Video Transcript
Find the solution set of 𝑥 plus two over two equals 12 over 𝑥 in the real numbers.
The solution set means we’re looking for the set of all values of the variable — in this case, that’s 𝑥 — which satisfy the given equation. And we’re told that we’re only interested in values of 𝑥 which exist in the real numbers.
Now, at first glance, this equation looks a little complex because it involves fractions. And in fact we can see that the variable we’re solving for, 𝑥, is in the denominator of one of these fractions. However, both denominators can be eliminated by cross multiplying. Multiplying both sides by two and 𝑥, we achieve 𝑥 multiplied by 𝑥 plus two is equal to 12 multiplied by two. On the right-hand side, 12 multiplied by two is 24. And on the left-hand side, we need to distribute this factor of 𝑥 over our parentheses. 𝑥 multiplied by 𝑥 gives 𝑥 squared, and 𝑥 multiplied by two gives two 𝑥. So we have 𝑥 squared plus two 𝑥 is equal to 24.
Next, we wish to collect all of the terms on the same side of the equation. And subtracting 24 from each side will achieve this, giving 𝑥 squared plus two 𝑥 minus 24 is equal to zero. So we’ve taken a relatively complicated-looking equation, which we may not immediately recognize as a quadratic. And by rearranging, we’ve written it in the form 𝑎𝑥 squared plus 𝑏𝑥 plus 𝑐 is equal to zero, the most easily recognizable form of a quadratic equation.
We’re going to try to solve this equation by factoring. First, we note that the coefficient of 𝑥 squared is one, which means that the first term in each of our set of parentheses is simply 𝑥 because 𝑥 multiplied by 𝑥 gives 𝑥 squared. To complete our parentheses, we’re then looking for two numbers which sum to the coefficient of 𝑥 — that’s positive two — and whose product is the constant term — that’s negative 24.
Listing the factor pairs of 24 can help here. The factor pairs are one and 24, two and 12, three and eight, and four and six. We know though that in order to make negative 24, we need one of these numbers to be negative and the other to be positive. If we choose the final factor pair and if we make the four negative, so we have negative four and six, then these two numbers do have a product of negative 24. And they also have a sum of positive two.
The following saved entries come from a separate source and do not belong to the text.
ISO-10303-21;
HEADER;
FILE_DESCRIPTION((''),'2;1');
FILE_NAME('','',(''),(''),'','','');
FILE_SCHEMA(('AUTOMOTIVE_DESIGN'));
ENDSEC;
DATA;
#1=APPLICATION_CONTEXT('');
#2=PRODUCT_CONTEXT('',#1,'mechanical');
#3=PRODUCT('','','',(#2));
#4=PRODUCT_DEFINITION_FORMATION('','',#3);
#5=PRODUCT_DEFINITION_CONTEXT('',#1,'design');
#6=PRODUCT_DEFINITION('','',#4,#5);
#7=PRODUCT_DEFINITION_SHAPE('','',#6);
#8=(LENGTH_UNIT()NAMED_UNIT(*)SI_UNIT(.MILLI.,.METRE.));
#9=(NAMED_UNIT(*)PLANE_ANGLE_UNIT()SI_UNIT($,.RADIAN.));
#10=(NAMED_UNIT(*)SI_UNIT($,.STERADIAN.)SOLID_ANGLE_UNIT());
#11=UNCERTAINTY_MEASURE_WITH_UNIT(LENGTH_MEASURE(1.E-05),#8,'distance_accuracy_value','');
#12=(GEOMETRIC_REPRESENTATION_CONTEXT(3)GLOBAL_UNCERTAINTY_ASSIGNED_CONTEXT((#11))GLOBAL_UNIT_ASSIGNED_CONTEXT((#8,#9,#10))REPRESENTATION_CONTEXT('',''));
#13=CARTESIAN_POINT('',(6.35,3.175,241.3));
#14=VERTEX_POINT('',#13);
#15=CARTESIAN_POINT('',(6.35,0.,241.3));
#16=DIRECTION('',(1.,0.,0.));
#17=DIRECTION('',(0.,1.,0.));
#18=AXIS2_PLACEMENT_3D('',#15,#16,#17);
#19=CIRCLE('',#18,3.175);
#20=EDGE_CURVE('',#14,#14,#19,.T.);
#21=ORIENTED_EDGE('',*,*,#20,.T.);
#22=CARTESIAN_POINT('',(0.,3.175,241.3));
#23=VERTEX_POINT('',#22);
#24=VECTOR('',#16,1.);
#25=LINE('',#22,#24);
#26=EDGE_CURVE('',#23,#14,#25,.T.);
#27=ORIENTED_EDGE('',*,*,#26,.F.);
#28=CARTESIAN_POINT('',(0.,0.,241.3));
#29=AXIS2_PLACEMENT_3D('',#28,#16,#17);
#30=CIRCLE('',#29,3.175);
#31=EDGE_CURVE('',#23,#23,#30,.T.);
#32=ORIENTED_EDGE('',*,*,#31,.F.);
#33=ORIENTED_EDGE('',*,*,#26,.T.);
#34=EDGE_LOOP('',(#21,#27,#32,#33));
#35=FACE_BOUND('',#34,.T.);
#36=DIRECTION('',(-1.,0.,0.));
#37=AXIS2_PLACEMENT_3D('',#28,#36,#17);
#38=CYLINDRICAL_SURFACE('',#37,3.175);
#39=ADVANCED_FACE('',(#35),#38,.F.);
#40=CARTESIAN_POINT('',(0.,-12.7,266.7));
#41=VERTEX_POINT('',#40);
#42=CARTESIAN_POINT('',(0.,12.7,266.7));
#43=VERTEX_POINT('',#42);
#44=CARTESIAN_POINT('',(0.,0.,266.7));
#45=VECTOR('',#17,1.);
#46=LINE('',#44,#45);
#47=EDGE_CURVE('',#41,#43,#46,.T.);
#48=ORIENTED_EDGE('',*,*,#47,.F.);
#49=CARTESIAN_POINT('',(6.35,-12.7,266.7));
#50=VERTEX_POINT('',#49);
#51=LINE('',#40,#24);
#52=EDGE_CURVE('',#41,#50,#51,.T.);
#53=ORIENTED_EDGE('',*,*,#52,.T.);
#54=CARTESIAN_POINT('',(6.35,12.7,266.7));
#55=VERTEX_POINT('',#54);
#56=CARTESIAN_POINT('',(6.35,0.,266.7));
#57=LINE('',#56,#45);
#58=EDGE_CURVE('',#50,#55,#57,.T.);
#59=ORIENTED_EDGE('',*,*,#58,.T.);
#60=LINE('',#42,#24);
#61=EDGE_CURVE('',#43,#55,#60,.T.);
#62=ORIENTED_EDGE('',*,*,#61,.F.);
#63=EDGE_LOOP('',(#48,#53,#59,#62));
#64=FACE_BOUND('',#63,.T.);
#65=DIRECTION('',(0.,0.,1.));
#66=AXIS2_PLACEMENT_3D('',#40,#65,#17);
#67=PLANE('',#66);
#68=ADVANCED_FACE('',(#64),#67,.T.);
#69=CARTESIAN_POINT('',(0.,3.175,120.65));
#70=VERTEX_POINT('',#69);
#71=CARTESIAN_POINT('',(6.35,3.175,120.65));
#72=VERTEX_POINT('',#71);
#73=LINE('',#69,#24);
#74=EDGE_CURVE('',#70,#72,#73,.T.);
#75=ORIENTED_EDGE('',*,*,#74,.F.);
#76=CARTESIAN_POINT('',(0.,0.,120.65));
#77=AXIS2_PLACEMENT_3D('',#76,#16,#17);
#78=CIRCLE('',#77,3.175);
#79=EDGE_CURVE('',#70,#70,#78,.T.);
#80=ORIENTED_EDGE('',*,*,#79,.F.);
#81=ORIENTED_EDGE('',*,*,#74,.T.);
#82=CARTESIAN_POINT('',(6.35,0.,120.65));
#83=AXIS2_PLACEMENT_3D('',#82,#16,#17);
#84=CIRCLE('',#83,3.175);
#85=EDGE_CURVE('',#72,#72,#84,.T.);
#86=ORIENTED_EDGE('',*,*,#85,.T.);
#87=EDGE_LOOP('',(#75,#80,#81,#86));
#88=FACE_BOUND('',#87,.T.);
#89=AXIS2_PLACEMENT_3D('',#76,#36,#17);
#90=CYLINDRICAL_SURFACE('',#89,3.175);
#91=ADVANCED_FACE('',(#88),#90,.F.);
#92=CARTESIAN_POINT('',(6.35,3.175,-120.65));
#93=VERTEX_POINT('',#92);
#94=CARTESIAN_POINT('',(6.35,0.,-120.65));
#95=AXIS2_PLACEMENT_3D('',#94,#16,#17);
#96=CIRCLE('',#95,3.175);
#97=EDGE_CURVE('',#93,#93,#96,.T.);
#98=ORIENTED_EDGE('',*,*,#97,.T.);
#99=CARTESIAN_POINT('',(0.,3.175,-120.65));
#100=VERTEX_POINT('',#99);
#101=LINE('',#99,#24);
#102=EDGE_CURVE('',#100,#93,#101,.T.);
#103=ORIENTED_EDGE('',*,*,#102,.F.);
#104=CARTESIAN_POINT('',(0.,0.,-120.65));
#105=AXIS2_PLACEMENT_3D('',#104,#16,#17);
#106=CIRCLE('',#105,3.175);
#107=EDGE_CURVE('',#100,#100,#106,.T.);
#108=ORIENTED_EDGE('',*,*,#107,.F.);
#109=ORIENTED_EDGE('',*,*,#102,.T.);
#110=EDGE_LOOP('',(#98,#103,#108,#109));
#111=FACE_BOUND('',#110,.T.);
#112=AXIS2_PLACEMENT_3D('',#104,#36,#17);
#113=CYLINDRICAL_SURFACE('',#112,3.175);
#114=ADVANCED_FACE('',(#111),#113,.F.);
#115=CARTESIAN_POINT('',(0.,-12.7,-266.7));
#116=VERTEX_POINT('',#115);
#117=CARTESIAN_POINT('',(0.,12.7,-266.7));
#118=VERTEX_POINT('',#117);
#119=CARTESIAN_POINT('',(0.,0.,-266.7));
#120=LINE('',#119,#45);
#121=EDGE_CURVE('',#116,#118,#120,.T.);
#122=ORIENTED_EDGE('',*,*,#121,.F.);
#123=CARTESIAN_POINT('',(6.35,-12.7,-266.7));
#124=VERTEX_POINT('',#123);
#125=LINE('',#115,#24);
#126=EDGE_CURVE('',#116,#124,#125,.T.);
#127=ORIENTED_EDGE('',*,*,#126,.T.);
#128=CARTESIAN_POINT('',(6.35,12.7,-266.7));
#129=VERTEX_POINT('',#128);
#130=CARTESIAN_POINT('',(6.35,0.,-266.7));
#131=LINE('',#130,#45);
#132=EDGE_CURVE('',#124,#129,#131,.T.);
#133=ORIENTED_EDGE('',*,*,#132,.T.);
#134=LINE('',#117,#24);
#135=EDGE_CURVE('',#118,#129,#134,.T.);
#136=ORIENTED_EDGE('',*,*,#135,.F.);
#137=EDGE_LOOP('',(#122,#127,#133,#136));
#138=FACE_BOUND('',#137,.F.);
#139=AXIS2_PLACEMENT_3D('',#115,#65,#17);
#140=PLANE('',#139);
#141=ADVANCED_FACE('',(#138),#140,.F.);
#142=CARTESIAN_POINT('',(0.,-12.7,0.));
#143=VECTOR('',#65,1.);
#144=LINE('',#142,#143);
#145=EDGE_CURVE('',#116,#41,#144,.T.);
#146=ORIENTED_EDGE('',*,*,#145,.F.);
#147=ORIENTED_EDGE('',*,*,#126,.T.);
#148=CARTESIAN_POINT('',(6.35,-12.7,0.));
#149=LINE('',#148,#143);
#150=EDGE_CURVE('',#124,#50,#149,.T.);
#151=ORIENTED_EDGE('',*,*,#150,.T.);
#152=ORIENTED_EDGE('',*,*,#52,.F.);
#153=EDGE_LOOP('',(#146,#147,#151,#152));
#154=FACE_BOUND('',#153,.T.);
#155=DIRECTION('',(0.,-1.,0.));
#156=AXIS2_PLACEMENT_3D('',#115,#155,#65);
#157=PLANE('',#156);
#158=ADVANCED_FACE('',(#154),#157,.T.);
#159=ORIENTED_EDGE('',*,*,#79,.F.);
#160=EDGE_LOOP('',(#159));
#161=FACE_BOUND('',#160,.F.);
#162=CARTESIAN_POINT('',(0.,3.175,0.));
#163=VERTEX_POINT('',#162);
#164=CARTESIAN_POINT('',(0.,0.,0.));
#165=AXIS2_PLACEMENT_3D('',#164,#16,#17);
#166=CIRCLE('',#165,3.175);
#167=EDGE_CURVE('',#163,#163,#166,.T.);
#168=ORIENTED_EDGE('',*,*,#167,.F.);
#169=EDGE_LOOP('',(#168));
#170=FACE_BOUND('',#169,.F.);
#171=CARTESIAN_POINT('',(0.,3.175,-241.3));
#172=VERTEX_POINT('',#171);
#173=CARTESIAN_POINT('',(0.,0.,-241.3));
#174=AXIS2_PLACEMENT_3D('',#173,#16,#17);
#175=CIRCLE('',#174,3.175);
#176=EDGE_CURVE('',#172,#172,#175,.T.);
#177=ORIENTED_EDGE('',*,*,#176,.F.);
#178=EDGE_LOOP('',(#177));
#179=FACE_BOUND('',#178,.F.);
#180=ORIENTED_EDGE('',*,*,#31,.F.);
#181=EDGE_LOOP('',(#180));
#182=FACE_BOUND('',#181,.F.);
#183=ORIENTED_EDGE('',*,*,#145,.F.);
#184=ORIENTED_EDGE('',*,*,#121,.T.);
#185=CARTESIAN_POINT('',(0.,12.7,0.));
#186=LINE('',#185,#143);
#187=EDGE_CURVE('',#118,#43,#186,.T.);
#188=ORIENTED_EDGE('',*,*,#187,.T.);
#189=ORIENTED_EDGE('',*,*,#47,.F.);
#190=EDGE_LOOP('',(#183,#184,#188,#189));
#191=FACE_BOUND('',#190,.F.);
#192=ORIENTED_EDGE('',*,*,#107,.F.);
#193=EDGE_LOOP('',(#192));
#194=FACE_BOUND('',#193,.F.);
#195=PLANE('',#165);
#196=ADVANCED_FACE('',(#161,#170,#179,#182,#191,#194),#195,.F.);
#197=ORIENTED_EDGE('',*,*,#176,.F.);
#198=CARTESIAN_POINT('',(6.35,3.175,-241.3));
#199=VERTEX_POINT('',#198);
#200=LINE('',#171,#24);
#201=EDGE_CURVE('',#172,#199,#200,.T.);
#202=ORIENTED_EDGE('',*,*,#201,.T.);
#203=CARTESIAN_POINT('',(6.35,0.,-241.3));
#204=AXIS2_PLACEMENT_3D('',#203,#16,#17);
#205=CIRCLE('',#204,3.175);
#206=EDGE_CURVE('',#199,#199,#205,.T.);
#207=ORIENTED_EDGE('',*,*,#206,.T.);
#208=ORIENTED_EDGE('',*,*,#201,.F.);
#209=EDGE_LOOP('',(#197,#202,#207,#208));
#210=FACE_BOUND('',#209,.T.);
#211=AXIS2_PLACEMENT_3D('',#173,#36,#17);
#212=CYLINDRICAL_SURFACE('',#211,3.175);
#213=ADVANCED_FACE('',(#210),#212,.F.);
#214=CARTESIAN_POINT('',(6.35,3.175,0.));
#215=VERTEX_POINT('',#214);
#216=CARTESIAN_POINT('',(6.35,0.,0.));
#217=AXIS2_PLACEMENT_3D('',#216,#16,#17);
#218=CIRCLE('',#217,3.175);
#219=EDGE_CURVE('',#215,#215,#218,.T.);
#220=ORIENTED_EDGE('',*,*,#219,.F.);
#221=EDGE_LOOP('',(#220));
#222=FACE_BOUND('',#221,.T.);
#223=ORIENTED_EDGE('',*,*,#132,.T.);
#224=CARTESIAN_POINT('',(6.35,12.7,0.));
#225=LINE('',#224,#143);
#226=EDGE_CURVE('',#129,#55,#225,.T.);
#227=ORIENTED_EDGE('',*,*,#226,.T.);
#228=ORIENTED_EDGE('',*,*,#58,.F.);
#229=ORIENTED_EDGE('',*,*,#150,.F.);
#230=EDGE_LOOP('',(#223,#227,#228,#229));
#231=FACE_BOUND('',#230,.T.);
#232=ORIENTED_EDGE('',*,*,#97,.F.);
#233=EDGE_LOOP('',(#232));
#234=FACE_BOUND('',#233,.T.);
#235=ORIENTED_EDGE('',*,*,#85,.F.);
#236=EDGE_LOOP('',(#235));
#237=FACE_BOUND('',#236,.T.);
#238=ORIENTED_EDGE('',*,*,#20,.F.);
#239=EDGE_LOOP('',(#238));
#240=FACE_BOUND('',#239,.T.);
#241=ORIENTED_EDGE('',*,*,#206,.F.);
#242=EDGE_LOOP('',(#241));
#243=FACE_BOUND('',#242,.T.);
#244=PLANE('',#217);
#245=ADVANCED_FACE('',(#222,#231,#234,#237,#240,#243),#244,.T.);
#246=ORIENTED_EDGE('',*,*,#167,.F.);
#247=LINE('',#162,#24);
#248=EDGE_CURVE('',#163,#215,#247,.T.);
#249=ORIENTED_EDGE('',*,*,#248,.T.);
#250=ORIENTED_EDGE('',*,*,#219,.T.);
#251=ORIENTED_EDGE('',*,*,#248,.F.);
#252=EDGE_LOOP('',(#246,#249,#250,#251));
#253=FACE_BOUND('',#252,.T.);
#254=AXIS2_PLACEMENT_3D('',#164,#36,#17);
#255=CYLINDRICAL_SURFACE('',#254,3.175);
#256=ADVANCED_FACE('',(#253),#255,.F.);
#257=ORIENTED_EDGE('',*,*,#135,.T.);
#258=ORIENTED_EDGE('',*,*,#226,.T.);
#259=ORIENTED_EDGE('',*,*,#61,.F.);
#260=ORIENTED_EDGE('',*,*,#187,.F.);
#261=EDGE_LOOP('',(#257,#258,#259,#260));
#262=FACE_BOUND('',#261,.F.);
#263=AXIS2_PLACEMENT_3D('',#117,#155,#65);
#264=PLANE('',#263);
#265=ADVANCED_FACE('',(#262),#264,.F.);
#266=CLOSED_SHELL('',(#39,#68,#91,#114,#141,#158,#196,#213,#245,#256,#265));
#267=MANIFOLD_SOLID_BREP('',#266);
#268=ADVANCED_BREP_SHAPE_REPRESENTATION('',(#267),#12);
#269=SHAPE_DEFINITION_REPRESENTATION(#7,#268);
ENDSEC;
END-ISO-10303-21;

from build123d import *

# Parameters (mm, degrees)
F0_W     = 25.4
F0_H     = 533.4
F0_R     = 3.175
F1_DEPTH = 6.35


with BuildPart() as f1:
    # F0 (on Right) → F1 (new body)
    with BuildSketch(Plane.YZ):
        Rectangle(F0_W, F0_H)
        with Locations((0, -241.3)):
            Circle(F0_R, mode=Mode.SUBTRACT)
        with Locations((0, -120.65)):
            Circle(F0_R, mode=Mode.SUBTRACT)
        Circle(F0_R, mode=Mode.SUBTRACT)
        with Locations((0, 120.65)):
            Circle(F0_R, mode=Mode.SUBTRACT)
        with Locations((0, 241.3)):
            Circle(F0_R, mode=Mode.SUBTRACT)
    extrude(amount=F1_DEPTH)


solid = f1.part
So these are the two numbers we’re looking for to complete our parentheses. The factored form of our quadratic then is 𝑥 plus six multiplied by 𝑥 minus four is equal to zero.
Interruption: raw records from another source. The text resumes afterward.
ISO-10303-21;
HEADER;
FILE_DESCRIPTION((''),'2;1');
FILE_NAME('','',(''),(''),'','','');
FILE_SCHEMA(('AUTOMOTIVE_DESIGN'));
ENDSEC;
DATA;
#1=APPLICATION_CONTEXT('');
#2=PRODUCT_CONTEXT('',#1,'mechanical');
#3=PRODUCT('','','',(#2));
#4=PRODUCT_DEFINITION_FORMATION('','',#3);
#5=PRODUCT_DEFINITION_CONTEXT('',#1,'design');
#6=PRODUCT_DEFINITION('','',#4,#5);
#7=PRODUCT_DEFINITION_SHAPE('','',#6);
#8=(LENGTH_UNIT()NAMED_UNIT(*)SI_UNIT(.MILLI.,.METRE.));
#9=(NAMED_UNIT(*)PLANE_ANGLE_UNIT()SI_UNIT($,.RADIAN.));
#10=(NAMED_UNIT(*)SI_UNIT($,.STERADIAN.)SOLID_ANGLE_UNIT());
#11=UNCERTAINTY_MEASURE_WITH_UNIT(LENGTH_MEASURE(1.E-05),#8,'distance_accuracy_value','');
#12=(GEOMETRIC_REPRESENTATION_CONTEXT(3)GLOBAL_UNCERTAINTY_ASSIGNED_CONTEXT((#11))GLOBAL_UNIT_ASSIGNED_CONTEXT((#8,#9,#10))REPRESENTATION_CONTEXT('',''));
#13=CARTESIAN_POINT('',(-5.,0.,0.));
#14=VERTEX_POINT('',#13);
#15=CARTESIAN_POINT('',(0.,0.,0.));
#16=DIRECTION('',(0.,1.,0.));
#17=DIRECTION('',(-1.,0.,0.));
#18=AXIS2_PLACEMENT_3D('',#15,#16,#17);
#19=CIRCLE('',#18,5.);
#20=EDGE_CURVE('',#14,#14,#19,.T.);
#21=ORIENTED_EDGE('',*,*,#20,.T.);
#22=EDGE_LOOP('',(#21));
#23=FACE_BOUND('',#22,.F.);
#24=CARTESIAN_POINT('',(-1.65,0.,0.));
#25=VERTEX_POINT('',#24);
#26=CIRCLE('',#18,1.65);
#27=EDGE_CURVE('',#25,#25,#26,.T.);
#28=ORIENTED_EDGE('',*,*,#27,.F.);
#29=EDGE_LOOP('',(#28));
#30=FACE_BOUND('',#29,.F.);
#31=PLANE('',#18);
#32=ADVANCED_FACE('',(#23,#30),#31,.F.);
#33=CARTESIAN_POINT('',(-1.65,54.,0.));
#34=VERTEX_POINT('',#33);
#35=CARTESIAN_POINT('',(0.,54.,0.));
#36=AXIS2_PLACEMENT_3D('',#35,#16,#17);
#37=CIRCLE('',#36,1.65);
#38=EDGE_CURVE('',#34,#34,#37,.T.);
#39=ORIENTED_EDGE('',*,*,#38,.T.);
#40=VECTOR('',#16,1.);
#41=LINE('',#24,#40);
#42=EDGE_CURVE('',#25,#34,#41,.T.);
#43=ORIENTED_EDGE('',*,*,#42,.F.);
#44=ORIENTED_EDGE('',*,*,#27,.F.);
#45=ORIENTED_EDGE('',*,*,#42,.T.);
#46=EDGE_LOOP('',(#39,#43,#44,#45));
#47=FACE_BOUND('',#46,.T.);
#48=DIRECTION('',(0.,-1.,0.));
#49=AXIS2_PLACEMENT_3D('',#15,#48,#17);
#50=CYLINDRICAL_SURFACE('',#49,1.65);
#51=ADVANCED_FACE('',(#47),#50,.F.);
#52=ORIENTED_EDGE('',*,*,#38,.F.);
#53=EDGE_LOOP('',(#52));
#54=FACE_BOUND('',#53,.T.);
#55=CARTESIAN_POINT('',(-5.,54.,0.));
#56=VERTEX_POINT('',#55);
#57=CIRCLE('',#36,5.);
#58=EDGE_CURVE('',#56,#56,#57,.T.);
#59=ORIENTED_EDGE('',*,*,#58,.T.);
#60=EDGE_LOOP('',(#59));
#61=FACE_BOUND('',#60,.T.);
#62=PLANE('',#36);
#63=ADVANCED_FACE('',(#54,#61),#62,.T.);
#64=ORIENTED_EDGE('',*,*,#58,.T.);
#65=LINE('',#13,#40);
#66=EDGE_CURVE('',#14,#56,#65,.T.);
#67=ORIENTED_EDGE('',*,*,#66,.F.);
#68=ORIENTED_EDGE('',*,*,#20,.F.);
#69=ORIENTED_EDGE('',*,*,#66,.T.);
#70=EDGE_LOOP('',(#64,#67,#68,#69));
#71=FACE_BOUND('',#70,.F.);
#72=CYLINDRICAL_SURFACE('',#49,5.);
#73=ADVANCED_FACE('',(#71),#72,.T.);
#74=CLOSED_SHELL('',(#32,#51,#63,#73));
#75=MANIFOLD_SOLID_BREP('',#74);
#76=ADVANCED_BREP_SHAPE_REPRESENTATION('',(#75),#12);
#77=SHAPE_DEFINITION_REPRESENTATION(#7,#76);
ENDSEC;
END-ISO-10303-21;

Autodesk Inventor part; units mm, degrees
ref_plane "YZ Plane" through (0, 0, 0) normal (1, 0, 0) x (0, 1, 0)
ref_plane "XZ Plane" through (0, 0, 0) normal (0, 1, 0) x (-1, 0, 0)
ref_plane "XY Plane" through (0, 0, 0) normal (0, 0, 1) x (1, 0, 0)
sketch "スケッチ1" plane through (0, 0, 0) normal (0, 1, 0) x (-1, 0, 0)
  circle A0 centre (0, 0) radius 1.65
  circle A1 centre (0, 0) radius 5
  dimension "d0" = 3.3
  dimension "d1" = 10
extrude "押し出し1" add sketch "スケッチ1" along normal blind 54
properties part number "shoulder2_lower_plate_spacer"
Remember, we can write these factors in any order. To solve our quadratic equation from this stage, we recall that if two factors multiply to give zero, this is only possible if at least one factor is itself zero. So we take each factor in turn, set it equal to zero, and then solve the resulting linear equation. We have either 𝑥 plus six equals zero or 𝑥 minus four equals zero.
The first equation can be solved by subtracting six from each side to give 𝑥 equals negative six and the second by adding four to each side to give 𝑥 equals four. We found then that there are two values in the solution set of this equation, the values negative six and four. We can of course check either or both of these values by substituting back into the original equation. For example, when 𝑥 equals four, the left-hand side becomes four plus two over two. That’s six over two, which is equal to three. And the right-hand side becomes 12 over four, which is also equal to three. And so this confirms that 𝑥 equals four is a valid solution for this equation.
We can then do the same for 𝑥 equals negative six if we wish. So we’ve found the solution set of this equation. It’s the set of values negative six, four.